Data records:
+---+

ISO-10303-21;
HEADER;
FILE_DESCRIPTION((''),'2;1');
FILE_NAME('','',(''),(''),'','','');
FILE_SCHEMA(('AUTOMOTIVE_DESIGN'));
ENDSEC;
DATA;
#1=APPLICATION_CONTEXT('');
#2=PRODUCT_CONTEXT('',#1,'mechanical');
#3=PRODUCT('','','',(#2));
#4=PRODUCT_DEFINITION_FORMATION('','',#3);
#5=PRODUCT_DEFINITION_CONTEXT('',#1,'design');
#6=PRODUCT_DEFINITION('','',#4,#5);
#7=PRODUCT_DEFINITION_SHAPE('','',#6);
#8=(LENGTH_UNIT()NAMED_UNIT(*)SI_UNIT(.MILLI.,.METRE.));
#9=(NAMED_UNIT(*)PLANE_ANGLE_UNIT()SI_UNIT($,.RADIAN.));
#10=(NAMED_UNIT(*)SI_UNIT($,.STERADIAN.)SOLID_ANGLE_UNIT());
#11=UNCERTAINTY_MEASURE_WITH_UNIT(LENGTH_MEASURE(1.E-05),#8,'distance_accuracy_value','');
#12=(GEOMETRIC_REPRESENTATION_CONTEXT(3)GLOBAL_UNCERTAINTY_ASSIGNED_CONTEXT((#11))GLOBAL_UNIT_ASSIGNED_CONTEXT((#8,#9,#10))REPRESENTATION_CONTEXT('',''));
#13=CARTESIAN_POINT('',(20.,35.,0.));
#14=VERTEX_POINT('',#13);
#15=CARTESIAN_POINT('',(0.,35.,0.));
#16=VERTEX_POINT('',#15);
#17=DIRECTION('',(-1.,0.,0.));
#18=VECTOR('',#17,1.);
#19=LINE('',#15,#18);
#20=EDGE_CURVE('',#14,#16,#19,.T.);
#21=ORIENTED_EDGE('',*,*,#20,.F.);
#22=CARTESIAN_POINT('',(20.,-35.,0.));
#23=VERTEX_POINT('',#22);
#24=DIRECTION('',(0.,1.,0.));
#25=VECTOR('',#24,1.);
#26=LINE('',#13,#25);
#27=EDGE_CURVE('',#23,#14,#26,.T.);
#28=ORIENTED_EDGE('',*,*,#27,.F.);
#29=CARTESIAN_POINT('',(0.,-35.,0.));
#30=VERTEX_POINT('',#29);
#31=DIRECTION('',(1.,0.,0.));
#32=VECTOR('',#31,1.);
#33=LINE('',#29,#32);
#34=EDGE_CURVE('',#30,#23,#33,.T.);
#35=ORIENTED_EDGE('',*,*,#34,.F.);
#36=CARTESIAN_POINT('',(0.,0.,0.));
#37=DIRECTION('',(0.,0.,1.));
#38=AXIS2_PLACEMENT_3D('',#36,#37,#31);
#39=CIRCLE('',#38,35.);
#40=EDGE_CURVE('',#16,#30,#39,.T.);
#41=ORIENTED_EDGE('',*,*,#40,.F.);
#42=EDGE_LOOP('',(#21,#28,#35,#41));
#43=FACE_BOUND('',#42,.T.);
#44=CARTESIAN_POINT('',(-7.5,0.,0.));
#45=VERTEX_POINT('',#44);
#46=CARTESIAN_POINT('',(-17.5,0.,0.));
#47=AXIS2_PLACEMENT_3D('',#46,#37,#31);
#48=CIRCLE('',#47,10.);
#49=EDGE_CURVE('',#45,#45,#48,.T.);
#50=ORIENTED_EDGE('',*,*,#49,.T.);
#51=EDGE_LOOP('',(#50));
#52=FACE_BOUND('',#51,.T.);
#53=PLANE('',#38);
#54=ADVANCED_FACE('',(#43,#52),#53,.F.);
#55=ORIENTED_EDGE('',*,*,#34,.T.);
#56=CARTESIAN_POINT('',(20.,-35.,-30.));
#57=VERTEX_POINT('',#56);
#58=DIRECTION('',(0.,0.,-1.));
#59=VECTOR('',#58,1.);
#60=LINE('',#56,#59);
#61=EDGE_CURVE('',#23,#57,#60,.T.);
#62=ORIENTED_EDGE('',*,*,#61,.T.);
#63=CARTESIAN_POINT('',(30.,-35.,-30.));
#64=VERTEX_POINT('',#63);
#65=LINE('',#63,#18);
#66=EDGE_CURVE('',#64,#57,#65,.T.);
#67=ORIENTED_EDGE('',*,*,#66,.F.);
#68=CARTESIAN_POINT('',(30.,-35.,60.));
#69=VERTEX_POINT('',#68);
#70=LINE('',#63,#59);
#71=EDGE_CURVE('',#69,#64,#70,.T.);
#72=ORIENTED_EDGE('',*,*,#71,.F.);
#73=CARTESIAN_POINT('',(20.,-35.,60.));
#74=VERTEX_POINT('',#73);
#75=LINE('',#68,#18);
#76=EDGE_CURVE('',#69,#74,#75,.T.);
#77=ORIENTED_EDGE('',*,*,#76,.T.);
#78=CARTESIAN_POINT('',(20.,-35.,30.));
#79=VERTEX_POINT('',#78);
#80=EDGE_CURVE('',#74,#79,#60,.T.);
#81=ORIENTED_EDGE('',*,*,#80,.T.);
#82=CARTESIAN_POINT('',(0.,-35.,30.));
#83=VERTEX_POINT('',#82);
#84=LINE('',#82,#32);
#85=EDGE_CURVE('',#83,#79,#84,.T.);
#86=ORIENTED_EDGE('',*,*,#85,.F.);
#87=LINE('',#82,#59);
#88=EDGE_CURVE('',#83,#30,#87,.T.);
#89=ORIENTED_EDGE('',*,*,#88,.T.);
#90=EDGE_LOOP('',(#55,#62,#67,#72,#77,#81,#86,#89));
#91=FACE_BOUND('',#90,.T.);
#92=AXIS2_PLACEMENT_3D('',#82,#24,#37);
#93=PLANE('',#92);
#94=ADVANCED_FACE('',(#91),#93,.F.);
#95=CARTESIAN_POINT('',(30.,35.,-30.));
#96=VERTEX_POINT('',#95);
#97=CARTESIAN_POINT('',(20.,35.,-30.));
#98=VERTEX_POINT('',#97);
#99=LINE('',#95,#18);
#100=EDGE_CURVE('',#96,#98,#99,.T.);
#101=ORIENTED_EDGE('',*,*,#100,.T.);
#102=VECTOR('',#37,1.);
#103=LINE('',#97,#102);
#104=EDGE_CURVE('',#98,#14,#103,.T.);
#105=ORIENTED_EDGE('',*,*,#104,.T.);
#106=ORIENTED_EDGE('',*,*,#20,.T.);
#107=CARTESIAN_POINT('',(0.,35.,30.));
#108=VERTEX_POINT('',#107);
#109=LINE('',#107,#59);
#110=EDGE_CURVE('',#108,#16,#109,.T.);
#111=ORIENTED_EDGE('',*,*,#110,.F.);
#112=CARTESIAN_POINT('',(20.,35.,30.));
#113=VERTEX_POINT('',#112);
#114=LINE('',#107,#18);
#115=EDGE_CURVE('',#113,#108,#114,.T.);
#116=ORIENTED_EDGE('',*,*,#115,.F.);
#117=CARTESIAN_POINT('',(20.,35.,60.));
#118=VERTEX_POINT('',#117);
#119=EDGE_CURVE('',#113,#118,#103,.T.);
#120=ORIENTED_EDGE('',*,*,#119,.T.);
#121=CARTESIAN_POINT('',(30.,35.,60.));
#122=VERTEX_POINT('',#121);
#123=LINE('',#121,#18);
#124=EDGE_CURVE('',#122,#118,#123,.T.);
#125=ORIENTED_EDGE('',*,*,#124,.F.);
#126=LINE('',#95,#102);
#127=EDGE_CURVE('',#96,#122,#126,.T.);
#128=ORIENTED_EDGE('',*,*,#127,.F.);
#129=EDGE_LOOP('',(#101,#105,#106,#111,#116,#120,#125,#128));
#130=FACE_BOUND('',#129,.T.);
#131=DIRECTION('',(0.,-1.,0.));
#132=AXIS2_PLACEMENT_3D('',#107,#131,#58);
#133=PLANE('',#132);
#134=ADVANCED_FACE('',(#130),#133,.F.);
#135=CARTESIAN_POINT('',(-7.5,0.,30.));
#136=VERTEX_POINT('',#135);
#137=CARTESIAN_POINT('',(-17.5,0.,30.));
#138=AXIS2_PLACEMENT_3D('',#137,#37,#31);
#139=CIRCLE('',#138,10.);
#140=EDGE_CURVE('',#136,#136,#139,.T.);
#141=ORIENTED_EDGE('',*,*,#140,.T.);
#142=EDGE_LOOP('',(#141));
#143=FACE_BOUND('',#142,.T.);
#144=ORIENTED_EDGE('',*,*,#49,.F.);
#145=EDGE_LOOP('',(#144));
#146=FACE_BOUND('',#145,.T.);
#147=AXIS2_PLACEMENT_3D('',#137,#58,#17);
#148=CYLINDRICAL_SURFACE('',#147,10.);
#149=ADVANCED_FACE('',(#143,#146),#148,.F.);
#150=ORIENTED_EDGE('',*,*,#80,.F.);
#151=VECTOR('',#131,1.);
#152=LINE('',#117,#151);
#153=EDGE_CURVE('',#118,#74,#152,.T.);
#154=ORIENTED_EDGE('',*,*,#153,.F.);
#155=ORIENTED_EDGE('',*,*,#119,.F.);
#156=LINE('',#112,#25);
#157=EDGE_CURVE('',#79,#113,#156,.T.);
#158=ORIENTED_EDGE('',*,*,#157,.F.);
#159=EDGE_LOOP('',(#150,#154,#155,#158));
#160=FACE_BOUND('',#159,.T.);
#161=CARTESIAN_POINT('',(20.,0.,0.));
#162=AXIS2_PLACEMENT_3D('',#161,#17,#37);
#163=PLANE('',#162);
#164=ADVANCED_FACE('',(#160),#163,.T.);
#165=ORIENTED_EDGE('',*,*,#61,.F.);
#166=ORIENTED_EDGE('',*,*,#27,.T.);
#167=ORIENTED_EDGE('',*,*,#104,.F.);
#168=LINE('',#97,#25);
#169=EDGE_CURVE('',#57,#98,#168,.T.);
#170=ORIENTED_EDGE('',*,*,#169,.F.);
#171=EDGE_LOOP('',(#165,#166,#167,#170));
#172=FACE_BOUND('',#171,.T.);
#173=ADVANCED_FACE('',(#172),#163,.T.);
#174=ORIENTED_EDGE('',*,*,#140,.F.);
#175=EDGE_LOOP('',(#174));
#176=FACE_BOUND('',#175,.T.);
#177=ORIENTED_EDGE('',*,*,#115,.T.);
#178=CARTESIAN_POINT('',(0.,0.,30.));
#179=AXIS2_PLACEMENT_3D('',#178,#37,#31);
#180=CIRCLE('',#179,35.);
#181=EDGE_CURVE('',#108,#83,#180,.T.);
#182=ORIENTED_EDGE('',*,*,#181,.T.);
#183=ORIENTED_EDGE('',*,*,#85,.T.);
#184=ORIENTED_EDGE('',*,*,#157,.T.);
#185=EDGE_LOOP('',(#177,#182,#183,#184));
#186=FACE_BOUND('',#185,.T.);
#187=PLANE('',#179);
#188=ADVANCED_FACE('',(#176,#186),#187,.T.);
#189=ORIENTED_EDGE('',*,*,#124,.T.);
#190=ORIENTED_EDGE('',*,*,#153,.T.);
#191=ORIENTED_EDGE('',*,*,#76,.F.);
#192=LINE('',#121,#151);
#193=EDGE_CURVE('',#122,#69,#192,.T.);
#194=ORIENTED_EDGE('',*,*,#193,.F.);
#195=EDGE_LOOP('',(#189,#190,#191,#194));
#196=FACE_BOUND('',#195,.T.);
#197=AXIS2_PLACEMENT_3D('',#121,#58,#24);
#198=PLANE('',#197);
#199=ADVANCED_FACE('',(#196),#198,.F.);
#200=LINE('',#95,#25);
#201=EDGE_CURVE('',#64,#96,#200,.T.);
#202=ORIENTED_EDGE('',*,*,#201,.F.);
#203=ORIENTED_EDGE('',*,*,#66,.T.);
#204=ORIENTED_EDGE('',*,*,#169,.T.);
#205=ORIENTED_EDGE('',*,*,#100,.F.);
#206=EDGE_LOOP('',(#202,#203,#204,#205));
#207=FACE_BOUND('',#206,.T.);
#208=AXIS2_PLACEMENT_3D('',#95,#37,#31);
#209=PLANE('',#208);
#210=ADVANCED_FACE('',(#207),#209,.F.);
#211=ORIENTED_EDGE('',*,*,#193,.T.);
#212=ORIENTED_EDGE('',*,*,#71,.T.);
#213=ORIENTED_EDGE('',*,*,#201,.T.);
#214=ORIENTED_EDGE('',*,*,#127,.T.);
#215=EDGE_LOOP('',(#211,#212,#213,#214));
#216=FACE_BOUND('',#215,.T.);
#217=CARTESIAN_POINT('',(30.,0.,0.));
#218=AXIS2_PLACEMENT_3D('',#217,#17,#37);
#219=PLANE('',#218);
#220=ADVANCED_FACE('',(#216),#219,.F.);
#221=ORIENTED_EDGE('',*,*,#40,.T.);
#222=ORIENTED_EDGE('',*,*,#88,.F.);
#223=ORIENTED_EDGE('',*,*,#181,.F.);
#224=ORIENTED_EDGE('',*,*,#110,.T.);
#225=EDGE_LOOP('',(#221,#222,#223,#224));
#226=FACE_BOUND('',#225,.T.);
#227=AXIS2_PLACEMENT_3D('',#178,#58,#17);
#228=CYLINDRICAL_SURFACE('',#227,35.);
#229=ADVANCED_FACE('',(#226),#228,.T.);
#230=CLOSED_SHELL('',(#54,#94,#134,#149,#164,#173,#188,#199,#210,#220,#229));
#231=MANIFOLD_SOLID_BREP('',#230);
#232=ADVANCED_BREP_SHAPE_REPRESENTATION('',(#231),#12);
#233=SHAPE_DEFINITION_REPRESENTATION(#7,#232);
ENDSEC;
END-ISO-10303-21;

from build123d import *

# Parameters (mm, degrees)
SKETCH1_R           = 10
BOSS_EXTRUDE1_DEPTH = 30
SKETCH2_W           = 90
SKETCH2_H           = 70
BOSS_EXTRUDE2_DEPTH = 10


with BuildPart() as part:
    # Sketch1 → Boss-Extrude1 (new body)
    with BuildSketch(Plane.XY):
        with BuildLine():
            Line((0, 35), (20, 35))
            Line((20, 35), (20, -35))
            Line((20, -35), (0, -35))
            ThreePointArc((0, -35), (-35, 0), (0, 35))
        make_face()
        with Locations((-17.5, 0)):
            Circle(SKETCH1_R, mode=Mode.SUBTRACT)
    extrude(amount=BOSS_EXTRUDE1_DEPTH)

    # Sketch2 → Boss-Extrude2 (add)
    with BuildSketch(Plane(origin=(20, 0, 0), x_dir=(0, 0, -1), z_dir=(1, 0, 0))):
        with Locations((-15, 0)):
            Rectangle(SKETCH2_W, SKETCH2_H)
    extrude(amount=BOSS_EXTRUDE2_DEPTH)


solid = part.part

+---+

About this task:
The expected response is the material above given again line by line, from its first line to the line holding "#8=(LENGTH_UNIT()NAMED_UNIT(*)SI_UNIT(.MILLI.,.METRE.));", inclusive.

Answer space:
ISO-10303-21;
HEADER;
FILE_DESCRIPTION((''),'2;1');
FILE_NAME('','',(''),(''),'','','');
FILE_SCHEMA(('AUTOMOTIVE_DESIGN'));
ENDSEC;
DATA;
#1=APPLICATION_CONTEXT('');
#2=PRODUCT_CONTEXT('',#1,'mechanical');
#3=PRODUCT('','','',(#2));
#4=PRODUCT_DEFINITION_FORMATION('','',#3);
#5=PRODUCT_DEFINITION_CONTEXT('',#1,'design');
#6=PRODUCT_DEFINITION('','',#4,#5);
#7=PRODUCT_DEFINITION_SHAPE('','',#6);
#8=(LENGTH_UNIT()NAMED_UNIT(*)SI_UNIT(.MILLI.,.METRE.));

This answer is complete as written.